Showing $1+p$ is an element of order $p^{n-1}$ in $(\mathbb{Z}/p^n\mathbb{Z})^\times$
It's easier to think of this as the result of repeated raising to the power $p$. Start with a general number of the form $1+kp^r$ with $r\ge 1$ and $p \nmid k$ and see what you can deduce about $(1+kp^r)^p$.
For the second part, if an element $x \in (\mathbb Z/p^n \mathbb Z)^\times$ satisfies $x^m = 1$, what can you say about the order of $x$? (You can say something quite a bit stronger than "it could be anywhere from $1$ to $m$".)
A hint to a confused fellow struggler:
Every member in binomial has $p^{n-1+i}$ in the numerator, and $p^k, k \epsilon \mathbb{Z}^{>=}$ as part of prime factorisation for $i!$ in the denominator. The trick is to show that $i$ grows faster than $k=f(i!)$ for $i>=p$. The proof is straightforward induction.

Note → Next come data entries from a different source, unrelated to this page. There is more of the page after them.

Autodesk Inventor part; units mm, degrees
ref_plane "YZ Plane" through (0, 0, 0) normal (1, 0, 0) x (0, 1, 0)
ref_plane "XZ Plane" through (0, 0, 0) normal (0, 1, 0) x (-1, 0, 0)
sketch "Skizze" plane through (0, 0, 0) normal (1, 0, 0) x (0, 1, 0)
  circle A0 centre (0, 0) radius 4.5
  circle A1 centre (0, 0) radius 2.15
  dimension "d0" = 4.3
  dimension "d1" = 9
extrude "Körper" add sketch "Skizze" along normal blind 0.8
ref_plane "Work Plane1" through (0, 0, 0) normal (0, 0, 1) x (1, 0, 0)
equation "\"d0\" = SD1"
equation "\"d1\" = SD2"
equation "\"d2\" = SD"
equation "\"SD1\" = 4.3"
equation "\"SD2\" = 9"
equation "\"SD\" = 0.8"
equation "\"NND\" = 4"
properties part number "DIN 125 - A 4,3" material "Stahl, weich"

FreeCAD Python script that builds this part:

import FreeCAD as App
import Part
import Sketcher

V = App.Vector

doc = App.newDocument("Part")
body = doc.addObject("PartDesign::Body", "Body")

sketch1 = body.newObject("Sketcher::SketchObject", "Sketch")
sketch1.AttachmentSupport = (doc.getObject("YZ_Plane"), [""])
sketch1.MapMode = "FlatFace"
sketch1.addGeometry([
    Part.Circle(V(0, 0, 0), V(0, 0, 1), 4.5),
    Part.Circle(V(0, 0, 0), V(0, 0, 1), 2.15),
], False)
sketch1.addConstraint([
    Sketcher.Constraint("Coincident", 0, 3, -1, 1),
    Sketcher.Constraint("Coincident", 1, 3, -1, 1),
    Sketcher.Constraint("Diameter", 0, 9.0),
    Sketcher.Constraint("Diameter", 1, 4.3),
])
pad1 = body.newObject("PartDesign::Pad", "Pad")
pad1.Profile = sketch1
pad1.Length = 0.8

doc.recompute()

I feel the main issue with this problem is this: it's supposed to be obvious, being one out of supplementary 26 exercises. And if you miss this, you end up looking at Legendre's formula and whatnot :)
Proposition 1. Let $n$ and $k$ be integers, with $n\geq2$ and $k\geq0$. Then $$(1+n)^{n^{k}}\equiv1\pmod{n^{k+1}}.$$
Proof. If $k=0$, then the congruence is $$(1+n)\equiv1\pmod{n},$$ so it is true. Assume that it is true for some $k\geq0$. \begin{align*}(1+n)^{n^{k+1}}&=((1+n)^{n^k})^n\\ &=(1+\ell n^{k+1})^n\\ &=1+n\cdot(\ell n^{k+1})+\binom{n}{2}(\ell n^{k+1})^2+\cdots+(\ell n^{k+1})^n \end{align*} Since $2k+2\geq k+2$, it follows that $$(1+n)^{n^{k+1}}\equiv1\pmod{n^{k+2}}.$$ Hence, by induction, the congruence holds for all $k\geq0$.
Proposition 2. If $p$ is an odd prime, then $$(1+p)^{p^{k}}\equiv1+p^{k+1}\pmod{p^{k+2}}$$ for every positive integer $k$.
Proof. If $k=0$, then the congruence is $$1+p\equiv1+p\pmod{p^2},$$ so it is true. Assume that it is true for some $k\geq0$. \begin{align*}(1+p)^{p^{k+1}}&=((1+p)^{p^k})^p\\ &=(1+p^{k+1}+\ell p^{k+2})^p\\ &=(1+p^{k+1}(1+\ell p))^p\\ &=1+p\cdot p^{k+1}(1+\ell p)+\binom{p}{2}(p^{k+1}(1+\ell p))^2+\cdots+(p^{k+1}(1+\ell p))^p\\ &=1+p^{k+2}+\ell p^{k+3}+\binom{p}{2}(p^{k+1}(1+\ell p))^2+\cdots+(p^{k+1}(1+\ell p))^p \end{align*} Since $p$ is an odd prime, $\binom{p}{2}=\frac{p(p-1)}{2}$ is divisible by $p$. Note that $$1+2(k+1)=2k+3\geq k+3,$$ and $$3(k+1)=3k+3\geq k+3.$$ It follows that $$(1+p)^{p^{k+1}}\equiv1+p^{k+2}\pmod{p^{k+3}}.$$ Hence, by induction, the congruence holds for all $k\geq0$.
Corollary 3. If $p$ is an odd prime, then $$(1+p)^{p^{k}}\not\equiv1\pmod{p^{k+2}}$$ for all $k\geq0$.
Proposition 4. Let $p$ be an odd prime, and $n$ a positive integer. Then the order of $\overline{1+p}\in(\mathbb{Z}/p^n\mathbb{Z})^\times$ is $p^{n-1}$.
Proof. First note that $(1+p,p^n)=1$, so $\overline{1+p}\in(\mathbb{Z}/p^n\mathbb{Z})^\times$.
Let $n\geq2$, and consider $\overline{1+p}\in(\mathbb{Z}/p^n\mathbb{Z})^\times$. By Proposition 1, $$(1+p)^{p^{n-1}}\equiv1\pmod{p^n},$$ so $|1+p|\mid p^{n-1}$.
- If $n=1$, then $|1+p|\mid1$, so $|1+p|=1=p^{n-1}$.
- Suppose that $n\geq2$. By \cref{202005300842}, $$(1+p)^{p^{n-2}}\not\equiv1\pmod{p^n},$$ so $|1+p|\nmid p^{n-2}$. It follows that $|1+p|=p^{n-1}$.